What is the number of lines in the data that contain "across"? Nothing besides that number, please.

▶ DATA TO PROCESS
*** Block opens ***

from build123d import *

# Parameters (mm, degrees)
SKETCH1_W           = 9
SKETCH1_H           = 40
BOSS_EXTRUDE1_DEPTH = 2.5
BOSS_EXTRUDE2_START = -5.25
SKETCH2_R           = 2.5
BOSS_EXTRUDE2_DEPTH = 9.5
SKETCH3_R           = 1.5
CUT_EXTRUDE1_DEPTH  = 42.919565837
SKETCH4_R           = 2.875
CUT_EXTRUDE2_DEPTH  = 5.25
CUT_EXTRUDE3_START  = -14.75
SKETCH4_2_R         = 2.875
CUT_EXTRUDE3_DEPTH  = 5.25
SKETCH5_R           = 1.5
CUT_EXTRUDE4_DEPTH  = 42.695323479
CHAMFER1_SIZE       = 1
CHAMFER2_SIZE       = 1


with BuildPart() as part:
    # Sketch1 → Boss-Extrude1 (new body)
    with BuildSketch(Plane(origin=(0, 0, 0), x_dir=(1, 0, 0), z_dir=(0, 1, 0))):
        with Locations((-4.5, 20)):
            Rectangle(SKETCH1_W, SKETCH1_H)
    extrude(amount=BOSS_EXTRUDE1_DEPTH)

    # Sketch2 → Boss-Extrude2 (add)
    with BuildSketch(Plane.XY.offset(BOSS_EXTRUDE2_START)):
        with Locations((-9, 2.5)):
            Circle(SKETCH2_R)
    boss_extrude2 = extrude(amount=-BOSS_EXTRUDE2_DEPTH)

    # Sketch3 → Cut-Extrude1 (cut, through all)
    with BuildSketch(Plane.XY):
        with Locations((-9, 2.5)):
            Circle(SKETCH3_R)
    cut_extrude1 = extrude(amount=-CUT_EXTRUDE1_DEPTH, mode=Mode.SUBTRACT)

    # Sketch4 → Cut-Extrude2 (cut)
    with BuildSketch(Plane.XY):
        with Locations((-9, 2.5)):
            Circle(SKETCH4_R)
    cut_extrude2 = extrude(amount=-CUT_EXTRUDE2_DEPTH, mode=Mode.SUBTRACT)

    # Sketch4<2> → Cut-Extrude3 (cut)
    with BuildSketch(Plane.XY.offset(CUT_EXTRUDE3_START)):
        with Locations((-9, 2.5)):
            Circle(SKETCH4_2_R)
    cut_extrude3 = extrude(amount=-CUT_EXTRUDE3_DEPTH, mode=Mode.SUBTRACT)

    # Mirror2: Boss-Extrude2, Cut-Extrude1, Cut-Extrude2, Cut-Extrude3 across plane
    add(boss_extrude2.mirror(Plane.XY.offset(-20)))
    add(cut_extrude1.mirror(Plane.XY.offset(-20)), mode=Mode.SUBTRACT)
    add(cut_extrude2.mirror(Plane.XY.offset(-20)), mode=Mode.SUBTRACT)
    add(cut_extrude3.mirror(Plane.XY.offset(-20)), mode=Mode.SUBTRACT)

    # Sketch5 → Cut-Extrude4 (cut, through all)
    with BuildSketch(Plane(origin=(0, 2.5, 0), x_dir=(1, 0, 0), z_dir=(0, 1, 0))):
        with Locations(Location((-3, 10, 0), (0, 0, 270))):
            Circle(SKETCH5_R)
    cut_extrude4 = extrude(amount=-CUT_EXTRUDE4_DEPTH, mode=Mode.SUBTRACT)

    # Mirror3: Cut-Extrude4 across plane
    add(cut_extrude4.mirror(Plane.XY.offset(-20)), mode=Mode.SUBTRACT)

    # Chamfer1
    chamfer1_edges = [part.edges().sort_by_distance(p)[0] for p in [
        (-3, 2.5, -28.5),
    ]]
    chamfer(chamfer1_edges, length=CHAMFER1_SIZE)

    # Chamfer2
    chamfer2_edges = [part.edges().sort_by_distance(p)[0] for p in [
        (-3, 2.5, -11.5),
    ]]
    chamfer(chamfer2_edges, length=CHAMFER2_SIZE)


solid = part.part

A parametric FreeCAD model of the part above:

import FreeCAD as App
import Part
import Sketcher


def edges_at(feature, points):
    """Names of the edges that pass closest to the given points."""
    edges = feature.Shape.Edges
    near = lambda p: min(range(len(edges)), key=lambda i: edges[i].distToShape(Part.Vertex(*p))[0])
    return sorted({f"Edge{near(p) + 1}" for p in points})


def add_polygon(sketch, points):
    """Adds a closed chain of lines whose ends are joined by coincident constraints."""
    first, n = sketch.GeometryCount, len(points)
    for a, b in zip(points, points[1:] + points[:1]):
        sketch.addGeometry(Part.LineSegment(App.Vector(*a, 0), App.Vector(*b, 0)), False)
    for i in range(n):
        sketch.addConstraint(Sketcher.Constraint("Coincident", first + i, 2, first + (i + 1) % n, 1))

doc = App.newDocument("Part")
params = doc.addObject("Spreadsheet::Sheet", "Params")
for row, (alias, value) in enumerate([
    ("sketch1_width", "9 mm"),
    ("sketch1_height", "40 mm"),
    ("pad1_length", "2.5 mm"),
    ("sketch2_diameter", "5 mm"),
    ("pad2_length", "9.5 mm"),
    ("sketch3_diameter", "3 mm"),
    ("sketch4_diameter", "5.75 mm"),
    ("pocket2_length", "5.25 mm"),
    ("sketch5_diameter", "5.75 mm"),
    ("pocket3_length", "5.25 mm"),
    ("sketch6_diameter", "3 mm"),
    ("chamfer_size", "1 mm"),
    ("chamfer2_size", "1 mm"),
], start=1):
    params.set(f"A{row}", alias)
    params.set(f"B{row}", "=" + value)
    params.setAlias(f"B{row}", alias)

body = doc.addObject("PartDesign::Body", "Body")

sketch1 = body.newObject("Sketcher::SketchObject", "Sketch")
sketch1.AttachmentSupport = (doc.getObject("XZ_Plane"), [""])
sketch1.MapMode = "FlatFace"
add_polygon(sketch1, [(-9, -40), (-9, 0), (0, 0), (0, -40)])
sketch1.addConstraint(Sketcher.Constraint("Vertical", 0))
sketch1.addConstraint(Sketcher.Constraint("Horizontal", 1))
sketch1.addConstraint(Sketcher.Constraint("Vertical", 2))
sketch1.addConstraint(Sketcher.Constraint("Horizontal", 3))
sketch1.addConstraint(Sketcher.Constraint("Coincident", 1, 2, -1, 1))
sketch1.addConstraint(Sketcher.Constraint("DistanceX", 1, 1, 1, 2, 9.0))
sketch1.addConstraint(Sketcher.Constraint("DistanceY", 0, 1, 0, 2, 40.0))
sketch1.setExpression("Constraints[9]", "Params.sketch1_width")
sketch1.setExpression("Constraints[10]", "Params.sketch1_height")
pad1 = body.newObject("PartDesign::Pad", "Pad")
pad1.Profile = sketch1
pad1.setExpression("Length", "Params.pad1_length")
pad1.Reversed = True

sketch2 = body.newObject("Sketcher::SketchObject", "Sketch001")
sketch2.AttachmentSupport = (doc.getObject("XY_Plane"), [""])
sketch2.MapMode = "FlatFace"
sketch2.AttachmentOffset = App.Placement(App.Vector(0, 0, -5.25), App.Rotation())
sketch2.addGeometry(Part.Circle(App.Vector(-9, 2.5, 0), App.Vector(0, 0, 1), 2.5), False)
sketch2.addConstraint(Sketcher.Constraint("Diameter", 0, 5.0))
sketch2.addConstraint(Sketcher.Constraint("DistanceX", 0, 3, -1, 1, 9.0))
sketch2.addConstraint(Sketcher.Constraint("DistanceY", -1, 1, 0, 3, 2.5))
sketch2.setExpression("Constraints[0]", "Params.sketch2_diameter")
pad2 = body.newObject("PartDesign::Pad", "Pad001")
pad2.Profile = sketch2
pad2.setExpression("Length", "Params.pad2_length")
pad2.Reversed = True

sketch3 = body.newObject("Sketcher::SketchObject", "Sketch002")
sketch3.AttachmentSupport = (doc.getObject("XY_Plane"), [""])
sketch3.MapMode = "FlatFace"
sketch3.addGeometry(Part.Circle(App.Vector(-9, 2.5, 0), App.Vector(0, 0, 1), 1.5), False)
sketch3.addConstraint(Sketcher.Constraint("Diameter", 0, 3.0))
sketch3.addConstraint(Sketcher.Constraint("DistanceX", 0, 3, -1, 1, 9.0))
sketch3.addConstraint(Sketcher.Constraint("DistanceY", -1, 1, 0, 3, 2.5))
sketch3.setExpression("Constraints[0]", "Params.sketch3_diameter")
pocket1 = body.newObject("PartDesign::Pocket", "Pocket")
pocket1.Profile = sketch3
pocket1.Type = "ThroughAll"

sketch4 = body.newObject("Sketcher::SketchObject", "Sketch003")
sketch4.AttachmentSupport = (doc.getObject("XY_Plane"), [""])
sketch4.MapMode = "FlatFace"
sketch4.addGeometry(Part.Circle(App.Vector(-9, 2.5, 0), App.Vector(0, 0, 1), 2.9), False)
sketch4.addConstraint(Sketcher.Constraint("Diameter", 0, 5.75))
sketch4.addConstraint(Sketcher.Constraint("DistanceX", 0, 3, -1, 1, 9.0))
sketch4.addConstraint(Sketcher.Constraint("DistanceY", -1, 1, 0, 3, 2.5))
sketch4.setExpression("Constraints[0]", "Params.sketch4_diameter")
pocket2 = body.newObject("PartDesign::Pocket", "Pocket001")
pocket2.Profile = sketch4
pocket2.setExpression("Length", "Params.pocket2_length")

sketch5 = body.newObject("Sketcher::SketchObject", "Sketch004")
sketch5.AttachmentSupport = (doc.getObject("XY_Plane"), [""])
sketch5.MapMode = "FlatFace"
sketch5.AttachmentOffset = App.Placement(App.Vector(0, 0, -14.75), App.Rotation())
sketch5.addGeometry(Part.Circle(App.Vector(-9, 2.5, 0), App.Vector(0, 0, 1), 2.9), False)
sketch5.addConstraint(Sketcher.Constraint("Diameter", 0, 5.75))
sketch5.addConstraint(Sketcher.Constraint("DistanceX", 0, 3, -1, 1, 9.0))
sketch5.addConstraint(Sketcher.Constraint("DistanceY", -1, 1, 0, 3, 2.5))
sketch5.setExpression("Constraints[0]", "Params.sketch5_diameter")
pocket3 = body.newObject("PartDesign::Pocket", "Pocket002")
pocket3.Profile = sketch5
pocket3.setExpression("Length", "Params.pocket3_length")
doc.recompute()

datumplane = body.newObject("PartDesign::Plane", "DatumPlane")
datumplane.AttachmentSupport = (doc.getObject("XY_Plane"), [""])
datumplane.MapMode = "FlatFace"
datumplane.AttachmentOffset = App.Placement(App.Vector(0, 0, -20), App.Rotation())
mirrored = body.newObject("PartDesign::Mirrored", "Mirrored")
mirrored.Originals = [pad2, pocket1, pocket2, pocket3]
mirrored.MirrorPlane = (datumplane, [""])
body.Tip = mirrored

sketch6 = body.newObject("Sketcher::SketchObject", "Sketch005")
sketch6.AttachmentSupport = (doc.getObject("XZ_Plane"), [""])
sketch6.MapMode = "FlatFace"
sketch6.AttachmentOffset = App.Placement(App.Vector(0, 0, -2.5), App.Rotation())
sketch6.addGeometry(Part.Circle(App.Vector(-3, -10, 0), App.Vector(0, 0, 1), 1.5), False)
sketch6.addConstraint(Sketcher.Constraint("Diameter", 0, 3.0))
sketch6.addConstraint(Sketcher.Constraint("DistanceX", 0, 3, -1, 1, 3.0))
sketch6.addConstraint(Sketcher.Constraint("DistanceY", 0, 3, -1, 1, 10.0))
sketch6.setExpression("Constraints[0]", "Params.sketch6_diameter")
pocket4 = body.newObject("PartDesign::Pocket", "Pocket003")
pocket4.Profile = sketch6
pocket4.Type = "ThroughAll"
pocket4.Reversed = True
doc.recompute()

datumplane2 = body.newObject("PartDesign::Plane", "DatumPlane001")
datumplane2.AttachmentSupport = (doc.getObject("XY_Plane"), [""])
datumplane2.MapMode = "FlatFace"
datumplane2.AttachmentOffset = App.Placement(App.Vector(0, 0, -20), App.Rotation())
mirrored2 = body.newObject("PartDesign::Mirrored", "Mirrored001")
mirrored2.Originals = [pocket4]
mirrored2.MirrorPlane = (datumplane2, [""])
body.Tip = mirrored2
doc.recompute()

chamfer = body.newObject("PartDesign::Chamfer", "Chamfer")
chamfer.Base = (mirrored2, edges_at(mirrored2, [(-3, 2.5, -28.5)]))
chamfer.setExpression("Size", "Params.chamfer_size")
doc.recompute()

chamfer2 = body.newObject("PartDesign::Chamfer", "Chamfer001")
chamfer2.Base = (chamfer, edges_at(chamfer, [(-3, 2.5, -11.5)]))
chamfer2.setExpression("Size", "Params.chamfer2_size")

doc.recompute()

*** Block closes ***

▶ OUTPUT OF THE EXERCISE
2